Conversación telefónica

El especialista en negociación, pertrechado con chaleco antibalas, al igual que el resto de efectivos, introdujo a las puertas de la oficina bancaria un teléfono móvil para conseguir hablar a través de él con el delincuente. El ladrón accedió a coger el terminal.

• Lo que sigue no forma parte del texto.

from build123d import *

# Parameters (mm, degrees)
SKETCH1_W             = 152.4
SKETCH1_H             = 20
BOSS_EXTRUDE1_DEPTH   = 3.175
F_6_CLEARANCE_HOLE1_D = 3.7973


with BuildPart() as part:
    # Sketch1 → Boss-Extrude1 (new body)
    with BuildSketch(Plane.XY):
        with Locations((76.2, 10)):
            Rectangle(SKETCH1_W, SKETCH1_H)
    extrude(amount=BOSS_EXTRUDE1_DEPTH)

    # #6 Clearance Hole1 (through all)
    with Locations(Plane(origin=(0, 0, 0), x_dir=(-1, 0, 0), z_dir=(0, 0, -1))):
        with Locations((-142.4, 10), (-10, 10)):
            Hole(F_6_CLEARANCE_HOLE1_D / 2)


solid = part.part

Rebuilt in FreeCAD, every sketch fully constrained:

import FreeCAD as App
import Part
import Sketcher
Q = App.Units.Quantity


def add_polygon(sketch, points):
    """Adds a closed chain of lines whose ends are joined by coincident constraints."""
    first, n = sketch.GeometryCount, len(points)
    for a, b in zip(points, points[1:] + points[:1]):
        sketch.addGeometry(Part.LineSegment(App.Vector(*a, 0), App.Vector(*b, 0)), False)
    for i in range(n):
        sketch.addConstraint(Sketcher.Constraint("Coincident", first + i, 2, first + (i + 1) % n, 1))

doc = App.newDocument("Part")
params = doc.addObject("Spreadsheet::Sheet", "Params")
for row, (alias, value) in enumerate([
    ("sketch1_width", "6 in"),
    ("pad1_length", "0.125 in"),
    ("hole_diameter", "0.1495 in"),
], start=1):
    params.set(f"A{row}", alias)
    params.set(f"B{row}", "=" + value)
    params.setAlias(f"B{row}", alias)

body = doc.addObject("PartDesign::Body", "Body")

# Sketch on XY plane
sketch1 = body.newObject("Sketcher::SketchObject", "Sketch")
sketch1.AttachmentSupport = (doc.getObject("XY_Plane"), [""])
sketch1.MapMode = "FlatFace"
add_polygon(sketch1, [(0, 20), (0, 0), (152.4, 0), (152.4, 20)])  # lines 0-3
sketch1.addConstraint([
    Sketcher.Constraint("Vertical", 0),
    Sketcher.Constraint("Horizontal", 1),
    Sketcher.Constraint("Vertical", 2),
    Sketcher.Constraint("Horizontal", 3),
    Sketcher.Constraint("Coincident", 0, 2, -1, 1),
    Sketcher.Constraint("DistanceX", 1, 1, 1, 2, Q("6 in")),
    Sketcher.Constraint("DistanceY", 0, 2, 0, 1, 20.0),
])
sketch1.setExpression("Constraints[9]", "Params.sketch1_width")
pad1 = body.newObject("PartDesign::Pad", "Pad")
pad1.Profile = sketch1
pad1.setExpression("Length", "Params.pad1_length")

# Sketch on XY plane
sketch2 = body.newObject("Sketcher::SketchObject", "Sketch001")
sketch2.AttachmentSupport = (doc.getObject("XY_Plane"), [""])
sketch2.MapMode = "FlatFace"
sketch2.addGeometry([
    Part.Circle(App.Vector(142.4, 10, 0), App.Vector(0, 0, 1), 1.89865),
    Part.Circle(App.Vector(10, 10, 0), App.Vector(0, 0, 1), 1.89865),
], False)
sketch2.addConstraint([
    Sketcher.Constraint("Equal", 0, 1),
    Sketcher.Constraint("Horizontal", 0, 3, 1, 3),
    Sketcher.Constraint("Diameter", 0, Q("0.1495 in")),
    Sketcher.Constraint("DistanceX", -1, 1, 0, 3, 142.4),
    Sketcher.Constraint("DistanceY", -1, 1, 0, 3, 10.0),
    Sketcher.Constraint("DistanceX", -1, 1, 1, 3, 10.0),
])
doc.recompute()
hole = body.newObject("PartDesign::Hole", "Hole")
hole.Profile = sketch2
hole.ThreadType = "None"
hole.setExpression("Diameter", "Params.hole_diameter")
hole.DepthType = "ThroughAll"
hole.Reversed = True

doc.recompute()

Entablaron conversación y el experto desplegó todas sus habilidades, tácticas y técnicas para conseguir que depusiese su actitud y liberase a los rehenes.

Fuera, los agentes tomaron posiciones en el perímetro del banco y en las ventanas de los edificios limítrofes para intervenir en caso de necesidad. Pasados unos minutos de las doce, tres horas después de iniciarse el tenso episodio, accedió a liberar a los secuestrados. Las dos empleadas y el cliente abandonaron la oficina corriendo y en evidente estado de nerviosismo. Los esperaban sus familiares y amigos, para quienes seguir el desenlace desde la calle sin saber exactamente lo que ocurría en el interior supuso uno de los peores trances de su vida.

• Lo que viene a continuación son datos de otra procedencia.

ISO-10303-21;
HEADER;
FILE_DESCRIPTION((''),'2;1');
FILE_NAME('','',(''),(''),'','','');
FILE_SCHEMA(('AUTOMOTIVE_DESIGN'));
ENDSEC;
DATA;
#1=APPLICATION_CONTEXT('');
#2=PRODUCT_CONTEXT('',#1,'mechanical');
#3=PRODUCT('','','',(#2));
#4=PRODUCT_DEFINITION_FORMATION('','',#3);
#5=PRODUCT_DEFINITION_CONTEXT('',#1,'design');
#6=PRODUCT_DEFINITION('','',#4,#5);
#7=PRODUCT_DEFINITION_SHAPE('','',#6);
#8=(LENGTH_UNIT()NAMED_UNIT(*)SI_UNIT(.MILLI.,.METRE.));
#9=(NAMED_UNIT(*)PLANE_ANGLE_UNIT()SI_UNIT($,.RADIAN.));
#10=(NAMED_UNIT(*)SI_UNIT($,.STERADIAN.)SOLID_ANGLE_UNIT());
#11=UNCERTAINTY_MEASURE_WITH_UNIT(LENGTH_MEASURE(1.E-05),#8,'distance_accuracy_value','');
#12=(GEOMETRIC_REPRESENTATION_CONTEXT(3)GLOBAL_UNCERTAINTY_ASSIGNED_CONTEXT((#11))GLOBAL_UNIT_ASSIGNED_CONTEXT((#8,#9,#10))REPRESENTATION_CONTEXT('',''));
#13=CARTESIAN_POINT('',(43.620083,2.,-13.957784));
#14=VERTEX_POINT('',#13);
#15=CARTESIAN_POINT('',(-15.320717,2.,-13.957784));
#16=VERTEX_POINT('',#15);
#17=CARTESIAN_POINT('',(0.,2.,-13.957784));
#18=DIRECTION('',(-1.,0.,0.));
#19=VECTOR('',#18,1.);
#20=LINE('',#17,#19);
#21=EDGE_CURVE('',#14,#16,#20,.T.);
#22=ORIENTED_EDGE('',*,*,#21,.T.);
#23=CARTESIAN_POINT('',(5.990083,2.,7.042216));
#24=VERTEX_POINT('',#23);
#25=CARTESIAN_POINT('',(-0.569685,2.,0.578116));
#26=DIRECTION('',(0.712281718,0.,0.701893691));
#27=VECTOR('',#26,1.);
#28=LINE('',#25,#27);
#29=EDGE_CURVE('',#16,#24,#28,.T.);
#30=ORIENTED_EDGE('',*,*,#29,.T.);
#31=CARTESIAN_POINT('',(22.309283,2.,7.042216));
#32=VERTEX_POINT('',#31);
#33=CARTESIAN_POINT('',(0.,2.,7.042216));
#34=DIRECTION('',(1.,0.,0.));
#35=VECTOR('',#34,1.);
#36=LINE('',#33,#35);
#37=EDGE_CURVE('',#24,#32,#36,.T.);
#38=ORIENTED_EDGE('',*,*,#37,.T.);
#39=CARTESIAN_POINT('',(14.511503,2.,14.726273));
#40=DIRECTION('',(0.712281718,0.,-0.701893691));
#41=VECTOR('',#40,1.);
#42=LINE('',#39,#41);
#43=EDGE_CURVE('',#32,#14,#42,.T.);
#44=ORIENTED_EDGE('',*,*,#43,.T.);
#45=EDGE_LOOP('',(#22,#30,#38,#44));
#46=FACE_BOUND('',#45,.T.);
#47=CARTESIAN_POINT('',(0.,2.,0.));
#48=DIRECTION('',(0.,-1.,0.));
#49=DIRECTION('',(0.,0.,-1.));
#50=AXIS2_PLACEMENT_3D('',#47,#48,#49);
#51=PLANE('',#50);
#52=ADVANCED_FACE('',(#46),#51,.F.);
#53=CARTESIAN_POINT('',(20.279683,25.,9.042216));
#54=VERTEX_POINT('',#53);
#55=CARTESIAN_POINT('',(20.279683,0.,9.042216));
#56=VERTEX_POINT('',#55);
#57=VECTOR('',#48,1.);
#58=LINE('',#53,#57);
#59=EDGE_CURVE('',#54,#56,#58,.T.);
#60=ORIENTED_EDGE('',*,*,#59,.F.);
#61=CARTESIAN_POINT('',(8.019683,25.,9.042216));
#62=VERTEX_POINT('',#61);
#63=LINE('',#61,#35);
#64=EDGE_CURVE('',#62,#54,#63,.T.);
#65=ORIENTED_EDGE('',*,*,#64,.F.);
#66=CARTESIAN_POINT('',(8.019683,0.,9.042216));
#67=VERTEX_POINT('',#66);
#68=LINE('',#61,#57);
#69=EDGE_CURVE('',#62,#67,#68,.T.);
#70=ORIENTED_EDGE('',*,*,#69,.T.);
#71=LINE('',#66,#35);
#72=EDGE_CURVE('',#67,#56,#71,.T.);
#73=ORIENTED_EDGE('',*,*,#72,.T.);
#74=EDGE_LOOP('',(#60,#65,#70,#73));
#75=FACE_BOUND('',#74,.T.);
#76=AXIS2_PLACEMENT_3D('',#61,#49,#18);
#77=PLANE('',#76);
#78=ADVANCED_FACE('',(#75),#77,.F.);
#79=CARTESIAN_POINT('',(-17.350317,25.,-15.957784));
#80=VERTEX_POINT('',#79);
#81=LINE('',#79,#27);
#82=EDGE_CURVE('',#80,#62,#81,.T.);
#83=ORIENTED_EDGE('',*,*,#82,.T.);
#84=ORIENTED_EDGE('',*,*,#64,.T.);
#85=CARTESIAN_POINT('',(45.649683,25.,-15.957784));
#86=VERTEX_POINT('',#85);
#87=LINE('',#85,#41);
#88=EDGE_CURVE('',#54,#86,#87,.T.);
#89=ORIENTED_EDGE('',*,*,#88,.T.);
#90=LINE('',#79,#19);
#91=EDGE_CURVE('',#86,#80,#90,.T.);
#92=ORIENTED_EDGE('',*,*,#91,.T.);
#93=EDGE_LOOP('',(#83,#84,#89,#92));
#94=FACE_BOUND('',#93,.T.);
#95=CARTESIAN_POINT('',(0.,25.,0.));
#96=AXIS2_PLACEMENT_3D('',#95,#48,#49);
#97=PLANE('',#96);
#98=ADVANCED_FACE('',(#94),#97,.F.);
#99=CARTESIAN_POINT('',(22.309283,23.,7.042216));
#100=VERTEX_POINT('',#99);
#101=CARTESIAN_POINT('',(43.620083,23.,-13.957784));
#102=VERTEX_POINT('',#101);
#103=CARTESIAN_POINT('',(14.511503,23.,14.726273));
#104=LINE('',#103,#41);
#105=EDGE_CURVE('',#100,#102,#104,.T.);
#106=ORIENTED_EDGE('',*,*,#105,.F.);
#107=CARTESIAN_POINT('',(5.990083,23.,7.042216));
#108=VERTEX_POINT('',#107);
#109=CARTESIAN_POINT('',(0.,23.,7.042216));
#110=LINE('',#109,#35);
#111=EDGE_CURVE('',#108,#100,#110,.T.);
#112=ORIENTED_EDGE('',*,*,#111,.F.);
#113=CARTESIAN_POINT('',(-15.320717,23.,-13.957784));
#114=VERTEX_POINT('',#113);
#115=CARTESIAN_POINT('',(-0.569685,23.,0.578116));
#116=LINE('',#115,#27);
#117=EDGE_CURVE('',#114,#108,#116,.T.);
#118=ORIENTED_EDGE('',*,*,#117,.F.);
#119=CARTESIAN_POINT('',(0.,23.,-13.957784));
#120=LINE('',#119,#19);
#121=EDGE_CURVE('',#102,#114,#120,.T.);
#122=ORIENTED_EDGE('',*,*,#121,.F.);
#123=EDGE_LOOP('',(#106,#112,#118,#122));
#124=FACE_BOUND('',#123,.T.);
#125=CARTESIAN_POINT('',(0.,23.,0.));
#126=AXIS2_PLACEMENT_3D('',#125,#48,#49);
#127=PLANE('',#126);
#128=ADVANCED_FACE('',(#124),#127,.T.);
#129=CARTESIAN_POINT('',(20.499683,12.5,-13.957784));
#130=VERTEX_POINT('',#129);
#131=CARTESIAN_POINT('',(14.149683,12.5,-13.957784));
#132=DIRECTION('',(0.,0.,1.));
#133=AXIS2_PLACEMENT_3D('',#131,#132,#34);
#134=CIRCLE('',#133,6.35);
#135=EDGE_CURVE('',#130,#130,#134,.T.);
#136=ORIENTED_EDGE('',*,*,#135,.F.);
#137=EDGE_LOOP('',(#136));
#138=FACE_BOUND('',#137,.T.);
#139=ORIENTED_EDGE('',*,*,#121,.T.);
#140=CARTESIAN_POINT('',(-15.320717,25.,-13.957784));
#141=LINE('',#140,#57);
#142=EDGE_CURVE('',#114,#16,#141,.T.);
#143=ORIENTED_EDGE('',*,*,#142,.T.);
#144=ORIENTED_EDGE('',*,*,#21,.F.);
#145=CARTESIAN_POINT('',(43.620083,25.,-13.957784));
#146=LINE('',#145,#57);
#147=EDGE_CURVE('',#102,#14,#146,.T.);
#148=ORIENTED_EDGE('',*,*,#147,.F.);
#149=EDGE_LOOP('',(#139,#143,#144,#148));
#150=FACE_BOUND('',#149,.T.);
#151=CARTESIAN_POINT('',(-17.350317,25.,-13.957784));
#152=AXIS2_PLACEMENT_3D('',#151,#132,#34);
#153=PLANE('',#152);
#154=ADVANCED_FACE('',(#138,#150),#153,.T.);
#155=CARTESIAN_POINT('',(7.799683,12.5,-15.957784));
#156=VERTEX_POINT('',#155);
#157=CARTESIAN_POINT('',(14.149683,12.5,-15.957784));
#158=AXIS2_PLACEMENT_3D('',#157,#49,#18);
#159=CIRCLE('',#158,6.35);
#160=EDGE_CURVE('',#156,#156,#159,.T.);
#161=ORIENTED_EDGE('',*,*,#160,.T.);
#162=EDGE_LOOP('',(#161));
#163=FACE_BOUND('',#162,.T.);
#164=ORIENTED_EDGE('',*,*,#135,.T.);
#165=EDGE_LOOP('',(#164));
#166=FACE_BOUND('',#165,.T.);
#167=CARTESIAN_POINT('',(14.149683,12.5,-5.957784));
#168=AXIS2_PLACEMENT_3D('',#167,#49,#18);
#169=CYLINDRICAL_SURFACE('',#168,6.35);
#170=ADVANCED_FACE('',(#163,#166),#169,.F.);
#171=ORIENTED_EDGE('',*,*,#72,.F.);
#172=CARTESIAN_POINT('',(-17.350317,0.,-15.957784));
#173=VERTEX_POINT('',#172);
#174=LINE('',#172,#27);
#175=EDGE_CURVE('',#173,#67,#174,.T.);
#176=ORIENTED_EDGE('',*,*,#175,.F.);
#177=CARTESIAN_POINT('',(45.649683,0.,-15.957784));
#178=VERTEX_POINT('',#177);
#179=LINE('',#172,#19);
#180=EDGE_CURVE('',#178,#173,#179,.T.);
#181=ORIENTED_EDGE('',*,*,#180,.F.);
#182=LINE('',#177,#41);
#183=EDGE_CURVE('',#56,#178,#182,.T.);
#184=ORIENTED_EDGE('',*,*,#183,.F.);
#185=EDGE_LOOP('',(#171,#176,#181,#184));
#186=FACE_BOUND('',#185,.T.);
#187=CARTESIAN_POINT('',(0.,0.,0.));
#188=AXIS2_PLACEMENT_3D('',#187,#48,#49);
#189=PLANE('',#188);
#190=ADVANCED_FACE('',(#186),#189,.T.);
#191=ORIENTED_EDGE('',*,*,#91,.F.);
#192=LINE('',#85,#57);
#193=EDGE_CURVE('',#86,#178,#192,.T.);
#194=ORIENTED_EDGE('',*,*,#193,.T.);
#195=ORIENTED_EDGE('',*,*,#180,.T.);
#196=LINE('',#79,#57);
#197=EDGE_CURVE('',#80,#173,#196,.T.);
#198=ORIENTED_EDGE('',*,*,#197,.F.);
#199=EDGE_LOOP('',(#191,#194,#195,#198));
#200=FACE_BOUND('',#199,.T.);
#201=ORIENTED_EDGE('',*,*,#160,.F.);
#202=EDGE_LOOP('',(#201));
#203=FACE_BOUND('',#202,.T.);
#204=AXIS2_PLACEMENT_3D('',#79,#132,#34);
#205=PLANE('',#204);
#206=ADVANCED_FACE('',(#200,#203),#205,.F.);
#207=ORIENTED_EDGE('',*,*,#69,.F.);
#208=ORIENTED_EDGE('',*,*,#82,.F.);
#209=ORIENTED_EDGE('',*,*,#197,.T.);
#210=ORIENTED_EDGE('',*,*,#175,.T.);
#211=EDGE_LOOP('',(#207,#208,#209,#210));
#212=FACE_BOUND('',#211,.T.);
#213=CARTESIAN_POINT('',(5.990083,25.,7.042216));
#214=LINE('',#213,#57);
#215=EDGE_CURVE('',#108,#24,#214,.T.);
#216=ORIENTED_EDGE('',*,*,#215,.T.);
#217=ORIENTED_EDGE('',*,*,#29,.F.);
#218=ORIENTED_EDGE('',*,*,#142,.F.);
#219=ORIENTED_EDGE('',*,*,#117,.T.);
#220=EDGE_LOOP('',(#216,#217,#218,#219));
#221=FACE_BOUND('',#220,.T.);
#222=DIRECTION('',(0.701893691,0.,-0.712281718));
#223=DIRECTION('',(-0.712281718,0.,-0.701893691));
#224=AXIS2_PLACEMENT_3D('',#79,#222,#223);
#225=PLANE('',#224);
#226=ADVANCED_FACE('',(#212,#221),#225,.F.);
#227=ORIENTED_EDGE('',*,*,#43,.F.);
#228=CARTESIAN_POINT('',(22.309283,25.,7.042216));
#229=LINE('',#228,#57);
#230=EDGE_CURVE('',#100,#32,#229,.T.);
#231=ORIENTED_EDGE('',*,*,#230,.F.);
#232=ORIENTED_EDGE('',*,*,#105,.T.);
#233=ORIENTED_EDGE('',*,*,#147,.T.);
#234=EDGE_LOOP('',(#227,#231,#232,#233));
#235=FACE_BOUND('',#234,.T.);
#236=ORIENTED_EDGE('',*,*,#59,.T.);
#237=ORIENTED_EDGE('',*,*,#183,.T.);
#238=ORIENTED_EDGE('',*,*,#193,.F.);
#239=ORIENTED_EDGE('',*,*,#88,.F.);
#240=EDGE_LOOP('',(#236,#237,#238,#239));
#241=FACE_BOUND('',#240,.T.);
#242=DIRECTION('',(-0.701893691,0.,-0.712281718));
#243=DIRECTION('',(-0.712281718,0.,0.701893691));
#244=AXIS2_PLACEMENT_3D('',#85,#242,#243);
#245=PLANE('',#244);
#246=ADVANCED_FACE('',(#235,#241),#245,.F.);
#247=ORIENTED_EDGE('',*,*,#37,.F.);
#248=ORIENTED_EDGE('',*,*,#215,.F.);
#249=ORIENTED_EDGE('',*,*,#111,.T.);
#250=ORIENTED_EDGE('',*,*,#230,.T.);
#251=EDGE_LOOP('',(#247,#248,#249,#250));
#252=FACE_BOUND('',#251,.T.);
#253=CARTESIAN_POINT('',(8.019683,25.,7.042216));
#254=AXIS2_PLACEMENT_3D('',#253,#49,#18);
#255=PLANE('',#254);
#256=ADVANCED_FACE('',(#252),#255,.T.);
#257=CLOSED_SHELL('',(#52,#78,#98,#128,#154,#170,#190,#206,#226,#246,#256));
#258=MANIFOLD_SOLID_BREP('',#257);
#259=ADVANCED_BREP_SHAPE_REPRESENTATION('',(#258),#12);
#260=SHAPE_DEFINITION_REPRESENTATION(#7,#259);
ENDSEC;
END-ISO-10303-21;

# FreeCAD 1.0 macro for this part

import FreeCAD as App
import Part
import Sketcher


def faces_at(feature, points):
    """Names of the faces that lie closest to the given points."""
    faces = feature.Shape.Faces
    near = lambda p: min(range(len(faces)), key=lambda i: faces[i].distToShape(Part.Vertex(*p))[0])
    return sorted({f"Face{near(p) + 1}" for p in points})


def add_polygon(sketch, points):
    """Adds a closed chain of lines whose ends are joined by coincident constraints."""
    first, n = sketch.GeometryCount, len(points)
    for a, b in zip(points, points[1:] + points[:1]):
        sketch.addGeometry(Part.LineSegment(App.Vector(*a, 0), App.Vector(*b, 0)), False)
    for i in range(n):
        sketch.addConstraint(Sketcher.Constraint("Coincident", first + i, 2, first + (i + 1) % n, 1))

doc = App.newDocument("Part")
body = doc.addObject("PartDesign::Body", "Body")

sketch1 = body.newObject("Sketcher::SketchObject", "Sketch")
sketch1.AttachmentSupport = (doc.getObject("XZ_Plane"), [""])
sketch1.MapMode = "FlatFace"
add_polygon(sketch1, [(46, -16), (-17, -16), (8, 9), (20, 9)])
sketch1.addConstraint(Sketcher.Constraint("Horizontal", 0))
sketch1.addConstraint(Sketcher.Constraint("Horizontal", 2))
sketch1.addConstraint(Sketcher.Constraint("Equal", 1, 3))
sketch1.addConstraint(Sketcher.Constraint("DistanceX", 0, 2, 0, 1, 63.0))
sketch1.addConstraint(Sketcher.Constraint("DistanceY", 0, 2, 1, 2, 25.0))
sketch1.addConstraint(Sketcher.Constraint("DistanceX", 2, 1, 2, 2, 12.26))
sketch1.addConstraint(Sketcher.Constraint("DistanceX", 0, 2, -1, 1, 17.350317))
sketch1.addConstraint(Sketcher.Constraint("DistanceY", 0, 2, -1, 1, 15.957784))
pad1 = body.newObject("PartDesign::Pad", "Pad")
pad1.Profile = sketch1
pad1.Length = 25
pad1.Reversed = True
doc.recompute()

Los tres rehenes fueron llevados a un centro sanitario para evaluar su estado de salud. No resultaron heridos. Sufrieron el cuadro de ansiedad propio de la situación. Las dos empleadas de Liberbank regresaron al lugar de los hechos sobre las tres de la tarde para recoger sus bolsos y enseres que habían dejado dentro en la precipitada huida. Estaban más tranquilas, pero con ganas de descansar.

Aún transcurrió casi media hora de conversación entre ambas partes hasta que de pronto se escuchó un disparo procedente de dentro de la sucursal. «Un grupo de tres efectivos se acercaron por la parte trasera y comprobaron que el atracador yacía inmóvil en el suelo», señalaron fuentes de la Benemérita. El atracador se había disparado con su arma en la cabeza. Los sanitarios de emergencias entraron en la oficina y atendieron al herido, custodiados en todo momento por los guardia civiles. Sufría lesiones de extrema gravedad y no pudieron hacer nada para mantenerlo con vida.

Se ponía fin a una angustiosa mañana que mantuvo en vilo a Cangas de Onís y en jaque a la Guardia Civil, cuerpo que posibilitó que las tres personas secuestradas durante tres horas pudieran salir indemnes del grave episodio y que, no obstante, se saldó con un agente herido leve y un atracador muerto.